▸ Task to carry out: First find the line with "f 284 523 318" in the entries below, then set down exactly every line through the line with "f 484 152 477", that line included.

#####

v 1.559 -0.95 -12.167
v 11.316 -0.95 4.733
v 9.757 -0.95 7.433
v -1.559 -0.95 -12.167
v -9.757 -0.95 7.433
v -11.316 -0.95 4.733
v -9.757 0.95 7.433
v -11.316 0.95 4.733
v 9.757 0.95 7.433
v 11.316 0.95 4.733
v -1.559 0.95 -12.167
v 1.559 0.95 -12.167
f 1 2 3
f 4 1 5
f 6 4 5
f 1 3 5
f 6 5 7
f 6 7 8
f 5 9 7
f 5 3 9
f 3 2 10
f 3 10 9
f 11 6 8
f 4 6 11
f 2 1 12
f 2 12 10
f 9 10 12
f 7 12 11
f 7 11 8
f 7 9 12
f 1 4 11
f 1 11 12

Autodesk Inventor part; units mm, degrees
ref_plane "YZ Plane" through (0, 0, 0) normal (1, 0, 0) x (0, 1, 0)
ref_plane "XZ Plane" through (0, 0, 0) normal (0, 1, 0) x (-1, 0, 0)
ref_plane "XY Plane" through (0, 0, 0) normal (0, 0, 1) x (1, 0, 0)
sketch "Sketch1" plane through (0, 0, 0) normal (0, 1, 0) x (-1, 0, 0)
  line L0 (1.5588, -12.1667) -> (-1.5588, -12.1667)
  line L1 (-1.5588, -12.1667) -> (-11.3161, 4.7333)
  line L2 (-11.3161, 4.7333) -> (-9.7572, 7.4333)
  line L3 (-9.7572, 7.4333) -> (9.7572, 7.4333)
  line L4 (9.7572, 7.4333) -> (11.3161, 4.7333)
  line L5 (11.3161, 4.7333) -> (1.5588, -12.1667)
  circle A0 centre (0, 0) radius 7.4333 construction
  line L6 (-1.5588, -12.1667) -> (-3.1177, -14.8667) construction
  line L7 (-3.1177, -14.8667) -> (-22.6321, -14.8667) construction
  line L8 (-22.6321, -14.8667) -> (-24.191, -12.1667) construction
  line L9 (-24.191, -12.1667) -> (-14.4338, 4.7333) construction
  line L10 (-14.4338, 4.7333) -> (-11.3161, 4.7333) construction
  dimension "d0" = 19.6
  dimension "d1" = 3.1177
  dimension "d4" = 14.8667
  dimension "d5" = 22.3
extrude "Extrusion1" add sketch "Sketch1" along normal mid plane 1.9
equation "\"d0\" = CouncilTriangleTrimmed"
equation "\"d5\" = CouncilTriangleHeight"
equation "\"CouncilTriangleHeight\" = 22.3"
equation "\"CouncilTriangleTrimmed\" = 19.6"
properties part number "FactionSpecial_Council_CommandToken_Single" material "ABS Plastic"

#####

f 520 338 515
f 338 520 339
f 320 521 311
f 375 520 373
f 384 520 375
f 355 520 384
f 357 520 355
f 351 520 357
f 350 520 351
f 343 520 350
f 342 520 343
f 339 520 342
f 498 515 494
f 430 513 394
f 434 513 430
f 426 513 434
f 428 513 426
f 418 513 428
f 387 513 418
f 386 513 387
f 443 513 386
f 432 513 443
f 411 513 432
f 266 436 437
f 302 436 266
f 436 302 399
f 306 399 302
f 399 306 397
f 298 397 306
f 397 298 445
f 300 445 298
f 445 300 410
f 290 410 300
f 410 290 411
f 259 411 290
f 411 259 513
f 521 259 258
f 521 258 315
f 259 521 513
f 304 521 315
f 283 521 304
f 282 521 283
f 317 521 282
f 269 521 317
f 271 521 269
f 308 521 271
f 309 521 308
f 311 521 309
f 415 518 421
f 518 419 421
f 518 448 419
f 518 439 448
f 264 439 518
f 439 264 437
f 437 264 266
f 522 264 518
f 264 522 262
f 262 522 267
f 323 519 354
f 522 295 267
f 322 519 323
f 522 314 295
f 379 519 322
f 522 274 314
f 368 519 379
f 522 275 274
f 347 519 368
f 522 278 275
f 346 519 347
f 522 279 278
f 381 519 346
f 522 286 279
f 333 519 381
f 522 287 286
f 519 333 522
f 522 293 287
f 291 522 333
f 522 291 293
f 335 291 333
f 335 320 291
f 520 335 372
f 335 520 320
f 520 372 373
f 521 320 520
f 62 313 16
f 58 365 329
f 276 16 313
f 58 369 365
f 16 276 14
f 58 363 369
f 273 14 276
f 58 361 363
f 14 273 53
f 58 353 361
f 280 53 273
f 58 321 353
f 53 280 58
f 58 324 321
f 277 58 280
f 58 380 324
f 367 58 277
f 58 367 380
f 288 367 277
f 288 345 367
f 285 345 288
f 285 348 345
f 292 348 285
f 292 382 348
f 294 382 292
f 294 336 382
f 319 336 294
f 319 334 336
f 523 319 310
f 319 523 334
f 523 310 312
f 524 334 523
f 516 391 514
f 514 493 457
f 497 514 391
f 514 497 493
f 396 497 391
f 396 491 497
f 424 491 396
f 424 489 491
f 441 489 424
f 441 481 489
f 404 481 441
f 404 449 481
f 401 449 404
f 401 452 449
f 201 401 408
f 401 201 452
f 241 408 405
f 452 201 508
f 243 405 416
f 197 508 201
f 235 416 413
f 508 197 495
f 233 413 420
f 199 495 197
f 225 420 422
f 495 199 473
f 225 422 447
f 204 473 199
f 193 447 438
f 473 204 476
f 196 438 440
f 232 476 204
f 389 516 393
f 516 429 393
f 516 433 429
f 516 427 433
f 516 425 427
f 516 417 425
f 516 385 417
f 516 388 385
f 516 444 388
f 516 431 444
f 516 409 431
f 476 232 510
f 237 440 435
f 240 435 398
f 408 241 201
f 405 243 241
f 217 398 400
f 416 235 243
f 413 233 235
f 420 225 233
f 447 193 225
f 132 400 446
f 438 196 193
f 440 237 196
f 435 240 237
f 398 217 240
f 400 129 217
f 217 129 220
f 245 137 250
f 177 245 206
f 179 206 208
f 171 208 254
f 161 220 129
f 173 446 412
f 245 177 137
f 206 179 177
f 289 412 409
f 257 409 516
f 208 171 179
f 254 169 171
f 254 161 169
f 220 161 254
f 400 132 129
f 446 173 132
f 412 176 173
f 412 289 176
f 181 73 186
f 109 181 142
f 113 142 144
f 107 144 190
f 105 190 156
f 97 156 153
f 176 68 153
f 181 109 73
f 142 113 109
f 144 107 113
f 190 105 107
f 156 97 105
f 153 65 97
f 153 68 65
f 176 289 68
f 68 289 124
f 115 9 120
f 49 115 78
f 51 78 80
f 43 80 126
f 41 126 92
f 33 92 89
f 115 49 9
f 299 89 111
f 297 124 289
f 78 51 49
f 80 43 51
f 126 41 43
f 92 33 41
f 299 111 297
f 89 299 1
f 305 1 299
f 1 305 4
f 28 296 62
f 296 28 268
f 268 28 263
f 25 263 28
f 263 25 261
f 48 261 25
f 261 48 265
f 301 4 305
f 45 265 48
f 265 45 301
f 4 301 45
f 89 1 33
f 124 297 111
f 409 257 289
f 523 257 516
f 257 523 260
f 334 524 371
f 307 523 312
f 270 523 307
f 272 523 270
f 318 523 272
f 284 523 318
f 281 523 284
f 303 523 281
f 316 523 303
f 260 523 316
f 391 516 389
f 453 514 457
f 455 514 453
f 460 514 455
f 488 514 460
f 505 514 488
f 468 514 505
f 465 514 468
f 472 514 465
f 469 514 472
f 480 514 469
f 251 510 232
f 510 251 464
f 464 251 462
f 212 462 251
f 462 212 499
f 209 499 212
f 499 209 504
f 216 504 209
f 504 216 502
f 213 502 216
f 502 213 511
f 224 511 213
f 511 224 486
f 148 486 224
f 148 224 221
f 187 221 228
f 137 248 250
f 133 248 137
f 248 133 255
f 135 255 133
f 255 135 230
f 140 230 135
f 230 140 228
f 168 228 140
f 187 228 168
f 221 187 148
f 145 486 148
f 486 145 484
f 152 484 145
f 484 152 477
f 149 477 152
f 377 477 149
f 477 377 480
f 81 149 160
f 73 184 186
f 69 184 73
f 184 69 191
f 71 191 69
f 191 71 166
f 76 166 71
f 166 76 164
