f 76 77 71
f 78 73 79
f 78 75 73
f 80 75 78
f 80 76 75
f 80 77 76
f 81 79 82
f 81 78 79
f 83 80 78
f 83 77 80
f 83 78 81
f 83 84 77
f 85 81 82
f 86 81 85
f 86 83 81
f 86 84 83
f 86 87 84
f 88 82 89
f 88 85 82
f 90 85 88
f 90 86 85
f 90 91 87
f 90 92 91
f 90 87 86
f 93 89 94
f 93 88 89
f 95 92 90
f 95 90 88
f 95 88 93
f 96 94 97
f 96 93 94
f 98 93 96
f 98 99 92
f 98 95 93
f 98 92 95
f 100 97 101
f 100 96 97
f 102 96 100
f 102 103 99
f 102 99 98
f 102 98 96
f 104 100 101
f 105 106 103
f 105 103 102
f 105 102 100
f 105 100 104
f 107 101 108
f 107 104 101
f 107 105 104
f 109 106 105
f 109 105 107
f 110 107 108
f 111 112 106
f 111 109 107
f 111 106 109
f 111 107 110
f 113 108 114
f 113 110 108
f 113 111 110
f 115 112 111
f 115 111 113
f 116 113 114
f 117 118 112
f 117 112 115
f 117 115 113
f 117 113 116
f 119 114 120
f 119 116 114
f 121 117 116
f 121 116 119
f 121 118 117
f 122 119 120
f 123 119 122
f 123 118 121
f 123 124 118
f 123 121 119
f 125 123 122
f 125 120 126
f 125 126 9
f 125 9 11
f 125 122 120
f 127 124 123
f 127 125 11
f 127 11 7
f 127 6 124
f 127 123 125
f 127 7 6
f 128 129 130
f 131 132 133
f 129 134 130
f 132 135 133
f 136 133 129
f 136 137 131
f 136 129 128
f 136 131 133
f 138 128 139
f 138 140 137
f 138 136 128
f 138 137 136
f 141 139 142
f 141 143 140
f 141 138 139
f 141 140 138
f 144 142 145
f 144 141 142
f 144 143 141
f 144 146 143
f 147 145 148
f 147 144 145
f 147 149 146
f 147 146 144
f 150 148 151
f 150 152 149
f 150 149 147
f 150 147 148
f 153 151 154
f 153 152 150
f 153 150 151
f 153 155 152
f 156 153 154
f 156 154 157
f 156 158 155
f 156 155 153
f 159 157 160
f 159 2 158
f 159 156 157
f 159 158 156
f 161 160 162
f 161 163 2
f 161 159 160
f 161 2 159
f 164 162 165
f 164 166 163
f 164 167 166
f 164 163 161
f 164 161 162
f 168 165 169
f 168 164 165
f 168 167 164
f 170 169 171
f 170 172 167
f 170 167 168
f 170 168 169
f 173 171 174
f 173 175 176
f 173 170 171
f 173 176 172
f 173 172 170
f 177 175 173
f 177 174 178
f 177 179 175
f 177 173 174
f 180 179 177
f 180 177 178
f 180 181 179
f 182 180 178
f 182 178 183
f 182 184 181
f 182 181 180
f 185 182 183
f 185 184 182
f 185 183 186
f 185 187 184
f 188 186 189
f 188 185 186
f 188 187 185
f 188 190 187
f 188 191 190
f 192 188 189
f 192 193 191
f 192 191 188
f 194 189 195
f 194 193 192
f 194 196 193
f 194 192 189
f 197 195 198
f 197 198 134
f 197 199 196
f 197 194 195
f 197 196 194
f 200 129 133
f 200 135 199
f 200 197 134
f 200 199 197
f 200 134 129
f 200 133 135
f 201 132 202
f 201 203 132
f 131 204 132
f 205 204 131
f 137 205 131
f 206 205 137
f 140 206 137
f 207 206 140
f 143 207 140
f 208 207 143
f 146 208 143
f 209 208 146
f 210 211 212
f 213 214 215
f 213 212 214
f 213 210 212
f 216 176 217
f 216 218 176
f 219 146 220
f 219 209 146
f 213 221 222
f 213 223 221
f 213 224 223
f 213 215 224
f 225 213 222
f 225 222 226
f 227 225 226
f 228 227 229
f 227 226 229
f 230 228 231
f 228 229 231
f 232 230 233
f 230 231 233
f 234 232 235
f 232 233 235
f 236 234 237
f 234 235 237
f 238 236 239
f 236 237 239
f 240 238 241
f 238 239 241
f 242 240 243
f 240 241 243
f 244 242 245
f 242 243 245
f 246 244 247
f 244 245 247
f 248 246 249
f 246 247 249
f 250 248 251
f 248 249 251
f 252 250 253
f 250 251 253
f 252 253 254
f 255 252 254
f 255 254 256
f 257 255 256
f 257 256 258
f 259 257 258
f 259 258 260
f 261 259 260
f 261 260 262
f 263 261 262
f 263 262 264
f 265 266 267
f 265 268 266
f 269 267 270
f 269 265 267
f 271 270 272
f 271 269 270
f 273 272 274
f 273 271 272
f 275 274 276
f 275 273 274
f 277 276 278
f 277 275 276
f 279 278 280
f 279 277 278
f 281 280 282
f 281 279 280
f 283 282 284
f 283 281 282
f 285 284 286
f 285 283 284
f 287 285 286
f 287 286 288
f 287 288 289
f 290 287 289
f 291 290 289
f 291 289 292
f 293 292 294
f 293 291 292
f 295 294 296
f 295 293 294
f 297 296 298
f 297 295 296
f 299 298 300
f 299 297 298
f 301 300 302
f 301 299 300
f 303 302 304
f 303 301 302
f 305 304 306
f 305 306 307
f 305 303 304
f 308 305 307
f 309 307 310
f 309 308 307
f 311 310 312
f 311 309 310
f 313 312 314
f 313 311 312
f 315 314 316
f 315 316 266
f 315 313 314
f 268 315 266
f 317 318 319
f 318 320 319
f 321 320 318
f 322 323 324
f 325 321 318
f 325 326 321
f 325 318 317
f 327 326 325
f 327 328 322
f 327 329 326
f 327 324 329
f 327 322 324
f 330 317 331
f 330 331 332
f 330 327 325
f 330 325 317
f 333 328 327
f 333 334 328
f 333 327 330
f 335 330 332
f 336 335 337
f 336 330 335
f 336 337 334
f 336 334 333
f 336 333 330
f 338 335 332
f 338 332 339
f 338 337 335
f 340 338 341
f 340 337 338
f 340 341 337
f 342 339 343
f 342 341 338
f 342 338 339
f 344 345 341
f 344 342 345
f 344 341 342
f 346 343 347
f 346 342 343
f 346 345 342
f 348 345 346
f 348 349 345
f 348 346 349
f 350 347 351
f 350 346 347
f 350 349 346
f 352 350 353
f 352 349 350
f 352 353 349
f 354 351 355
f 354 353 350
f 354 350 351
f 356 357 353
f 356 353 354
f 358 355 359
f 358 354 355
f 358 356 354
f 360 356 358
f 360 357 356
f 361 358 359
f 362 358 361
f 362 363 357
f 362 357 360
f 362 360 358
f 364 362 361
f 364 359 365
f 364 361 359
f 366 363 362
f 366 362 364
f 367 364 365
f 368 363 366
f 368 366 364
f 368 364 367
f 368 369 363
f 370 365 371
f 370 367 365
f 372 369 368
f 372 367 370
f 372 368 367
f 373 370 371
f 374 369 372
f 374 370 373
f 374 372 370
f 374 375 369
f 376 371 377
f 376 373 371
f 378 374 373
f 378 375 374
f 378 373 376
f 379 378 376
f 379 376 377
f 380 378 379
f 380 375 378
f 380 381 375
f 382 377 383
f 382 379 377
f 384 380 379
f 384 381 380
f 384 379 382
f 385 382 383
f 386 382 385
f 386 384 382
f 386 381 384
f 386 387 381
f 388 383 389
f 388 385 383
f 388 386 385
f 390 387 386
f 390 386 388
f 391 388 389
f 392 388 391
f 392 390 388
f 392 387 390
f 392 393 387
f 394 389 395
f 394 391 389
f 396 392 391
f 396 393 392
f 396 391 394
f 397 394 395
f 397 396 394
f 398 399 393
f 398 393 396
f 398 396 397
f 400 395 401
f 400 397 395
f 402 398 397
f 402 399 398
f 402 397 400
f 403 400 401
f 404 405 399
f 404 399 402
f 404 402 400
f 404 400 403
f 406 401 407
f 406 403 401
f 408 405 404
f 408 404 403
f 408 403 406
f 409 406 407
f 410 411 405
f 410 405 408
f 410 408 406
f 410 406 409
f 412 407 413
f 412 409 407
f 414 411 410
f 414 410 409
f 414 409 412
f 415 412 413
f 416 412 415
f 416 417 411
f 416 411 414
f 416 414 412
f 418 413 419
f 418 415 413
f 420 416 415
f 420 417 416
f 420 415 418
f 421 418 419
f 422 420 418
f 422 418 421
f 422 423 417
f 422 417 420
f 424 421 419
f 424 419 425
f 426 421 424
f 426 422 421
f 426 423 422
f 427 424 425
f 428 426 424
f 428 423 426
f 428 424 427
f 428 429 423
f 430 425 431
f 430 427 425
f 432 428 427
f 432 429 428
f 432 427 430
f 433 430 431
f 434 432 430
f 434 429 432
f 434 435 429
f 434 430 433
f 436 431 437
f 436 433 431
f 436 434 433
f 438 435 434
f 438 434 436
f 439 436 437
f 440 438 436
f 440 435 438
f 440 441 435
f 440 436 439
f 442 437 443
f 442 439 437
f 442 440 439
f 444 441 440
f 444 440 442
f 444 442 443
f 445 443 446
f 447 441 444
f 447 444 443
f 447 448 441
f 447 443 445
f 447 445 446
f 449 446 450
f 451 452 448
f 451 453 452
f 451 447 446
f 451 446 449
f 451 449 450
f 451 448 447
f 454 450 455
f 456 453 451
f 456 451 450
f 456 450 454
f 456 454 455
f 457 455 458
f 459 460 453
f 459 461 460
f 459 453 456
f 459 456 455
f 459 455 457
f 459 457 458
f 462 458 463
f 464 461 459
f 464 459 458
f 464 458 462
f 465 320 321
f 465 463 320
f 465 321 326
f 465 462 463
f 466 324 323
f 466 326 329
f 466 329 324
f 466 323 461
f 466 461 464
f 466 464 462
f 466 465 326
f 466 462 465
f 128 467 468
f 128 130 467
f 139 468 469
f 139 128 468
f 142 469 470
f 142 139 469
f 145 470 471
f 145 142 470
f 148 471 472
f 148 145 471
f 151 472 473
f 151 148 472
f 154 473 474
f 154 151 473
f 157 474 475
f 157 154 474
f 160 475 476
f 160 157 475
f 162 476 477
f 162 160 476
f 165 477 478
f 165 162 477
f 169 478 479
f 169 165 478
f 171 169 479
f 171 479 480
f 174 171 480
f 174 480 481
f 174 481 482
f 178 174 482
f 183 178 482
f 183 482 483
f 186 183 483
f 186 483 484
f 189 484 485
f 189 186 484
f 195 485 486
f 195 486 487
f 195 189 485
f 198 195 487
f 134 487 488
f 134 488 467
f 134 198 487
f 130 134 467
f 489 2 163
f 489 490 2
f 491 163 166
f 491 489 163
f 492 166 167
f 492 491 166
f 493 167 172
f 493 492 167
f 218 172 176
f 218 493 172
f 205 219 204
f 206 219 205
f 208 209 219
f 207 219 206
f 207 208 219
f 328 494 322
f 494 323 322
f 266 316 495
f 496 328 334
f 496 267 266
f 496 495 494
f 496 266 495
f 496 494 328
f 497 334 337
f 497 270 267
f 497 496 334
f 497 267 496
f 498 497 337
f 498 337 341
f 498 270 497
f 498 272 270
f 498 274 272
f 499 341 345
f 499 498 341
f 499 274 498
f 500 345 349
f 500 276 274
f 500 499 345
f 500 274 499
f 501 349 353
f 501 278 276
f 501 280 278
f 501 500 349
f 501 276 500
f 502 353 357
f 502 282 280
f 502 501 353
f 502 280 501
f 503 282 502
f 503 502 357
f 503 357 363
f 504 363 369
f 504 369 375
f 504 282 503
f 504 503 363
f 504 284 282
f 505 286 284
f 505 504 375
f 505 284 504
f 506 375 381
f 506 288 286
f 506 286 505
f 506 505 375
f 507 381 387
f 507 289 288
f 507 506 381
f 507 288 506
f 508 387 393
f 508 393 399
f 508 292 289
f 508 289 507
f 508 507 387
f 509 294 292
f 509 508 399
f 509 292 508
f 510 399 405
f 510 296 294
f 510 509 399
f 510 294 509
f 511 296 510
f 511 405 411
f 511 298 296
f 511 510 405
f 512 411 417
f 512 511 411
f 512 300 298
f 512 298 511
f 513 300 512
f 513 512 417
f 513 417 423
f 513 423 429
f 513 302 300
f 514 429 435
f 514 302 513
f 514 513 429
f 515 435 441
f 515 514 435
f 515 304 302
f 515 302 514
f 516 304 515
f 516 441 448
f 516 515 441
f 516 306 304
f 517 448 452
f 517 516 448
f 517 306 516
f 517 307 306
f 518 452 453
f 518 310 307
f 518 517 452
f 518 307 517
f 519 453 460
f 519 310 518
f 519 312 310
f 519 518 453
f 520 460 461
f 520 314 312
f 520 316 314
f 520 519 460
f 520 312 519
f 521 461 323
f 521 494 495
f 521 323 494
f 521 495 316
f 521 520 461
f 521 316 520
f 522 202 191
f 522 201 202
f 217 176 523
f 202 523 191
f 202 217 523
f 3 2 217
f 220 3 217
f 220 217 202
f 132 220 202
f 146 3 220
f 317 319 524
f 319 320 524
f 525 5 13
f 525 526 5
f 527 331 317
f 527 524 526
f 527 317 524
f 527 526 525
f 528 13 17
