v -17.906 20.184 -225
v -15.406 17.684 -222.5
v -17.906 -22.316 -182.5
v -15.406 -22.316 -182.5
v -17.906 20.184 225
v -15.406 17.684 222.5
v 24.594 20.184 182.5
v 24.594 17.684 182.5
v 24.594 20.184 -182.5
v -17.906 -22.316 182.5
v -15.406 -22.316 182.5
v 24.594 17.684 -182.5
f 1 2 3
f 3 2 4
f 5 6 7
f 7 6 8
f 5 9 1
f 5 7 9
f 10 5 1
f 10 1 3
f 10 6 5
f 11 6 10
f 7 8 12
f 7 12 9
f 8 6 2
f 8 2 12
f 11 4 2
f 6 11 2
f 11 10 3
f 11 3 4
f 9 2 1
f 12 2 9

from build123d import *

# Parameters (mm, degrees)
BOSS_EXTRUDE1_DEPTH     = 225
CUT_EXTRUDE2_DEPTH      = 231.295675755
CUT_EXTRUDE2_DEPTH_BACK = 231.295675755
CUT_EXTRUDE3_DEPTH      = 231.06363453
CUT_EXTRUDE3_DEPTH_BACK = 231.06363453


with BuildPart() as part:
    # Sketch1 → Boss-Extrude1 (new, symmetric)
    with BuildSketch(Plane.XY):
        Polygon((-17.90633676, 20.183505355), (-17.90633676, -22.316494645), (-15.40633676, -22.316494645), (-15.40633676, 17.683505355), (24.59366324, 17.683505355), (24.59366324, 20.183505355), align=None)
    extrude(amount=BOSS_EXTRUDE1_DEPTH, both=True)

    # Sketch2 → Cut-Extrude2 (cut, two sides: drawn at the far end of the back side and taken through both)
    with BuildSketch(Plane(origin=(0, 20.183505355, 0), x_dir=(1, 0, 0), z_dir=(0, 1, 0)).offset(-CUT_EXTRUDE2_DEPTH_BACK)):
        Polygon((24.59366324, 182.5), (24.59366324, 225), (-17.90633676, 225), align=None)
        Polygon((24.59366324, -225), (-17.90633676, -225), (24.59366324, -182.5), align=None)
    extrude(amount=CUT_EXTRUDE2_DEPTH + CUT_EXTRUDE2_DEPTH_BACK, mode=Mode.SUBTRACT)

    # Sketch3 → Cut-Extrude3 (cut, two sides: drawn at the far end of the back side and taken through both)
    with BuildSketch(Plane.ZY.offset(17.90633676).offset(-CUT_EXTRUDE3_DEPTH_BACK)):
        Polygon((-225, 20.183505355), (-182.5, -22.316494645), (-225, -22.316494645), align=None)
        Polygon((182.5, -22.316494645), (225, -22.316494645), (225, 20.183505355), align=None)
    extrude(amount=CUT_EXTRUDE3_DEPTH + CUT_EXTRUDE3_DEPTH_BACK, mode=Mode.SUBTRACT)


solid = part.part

#####

▸ Written solution:
f 284 523 318
f 281 523 284
f 303 523 281
f 316 523 303
f 260 523 316
f 391 516 389
f 453 514 457
f 455 514 453
f 460 514 455
f 488 514 460
f 505 514 488
f 468 514 505
f 465 514 468
f 472 514 465
f 469 514 472
f 480 514 469
f 251 510 232
f 510 251 464
f 464 251 462
f 212 462 251
f 462 212 499
f 209 499 212
f 499 209 504
f 216 504 209
f 504 216 502
f 213 502 216
f 502 213 511
f 224 511 213
f 511 224 486
f 148 486 224
f 148 224 221
f 187 221 228
f 137 248 250
f 133 248 137
f 248 133 255
f 135 255 133
f 255 135 230
f 140 230 135
f 230 140 228
f 168 228 140
f 187 228 168
f 221 187 148
f 145 486 148
f 486 145 484
f 152 484 145
f 484 152 477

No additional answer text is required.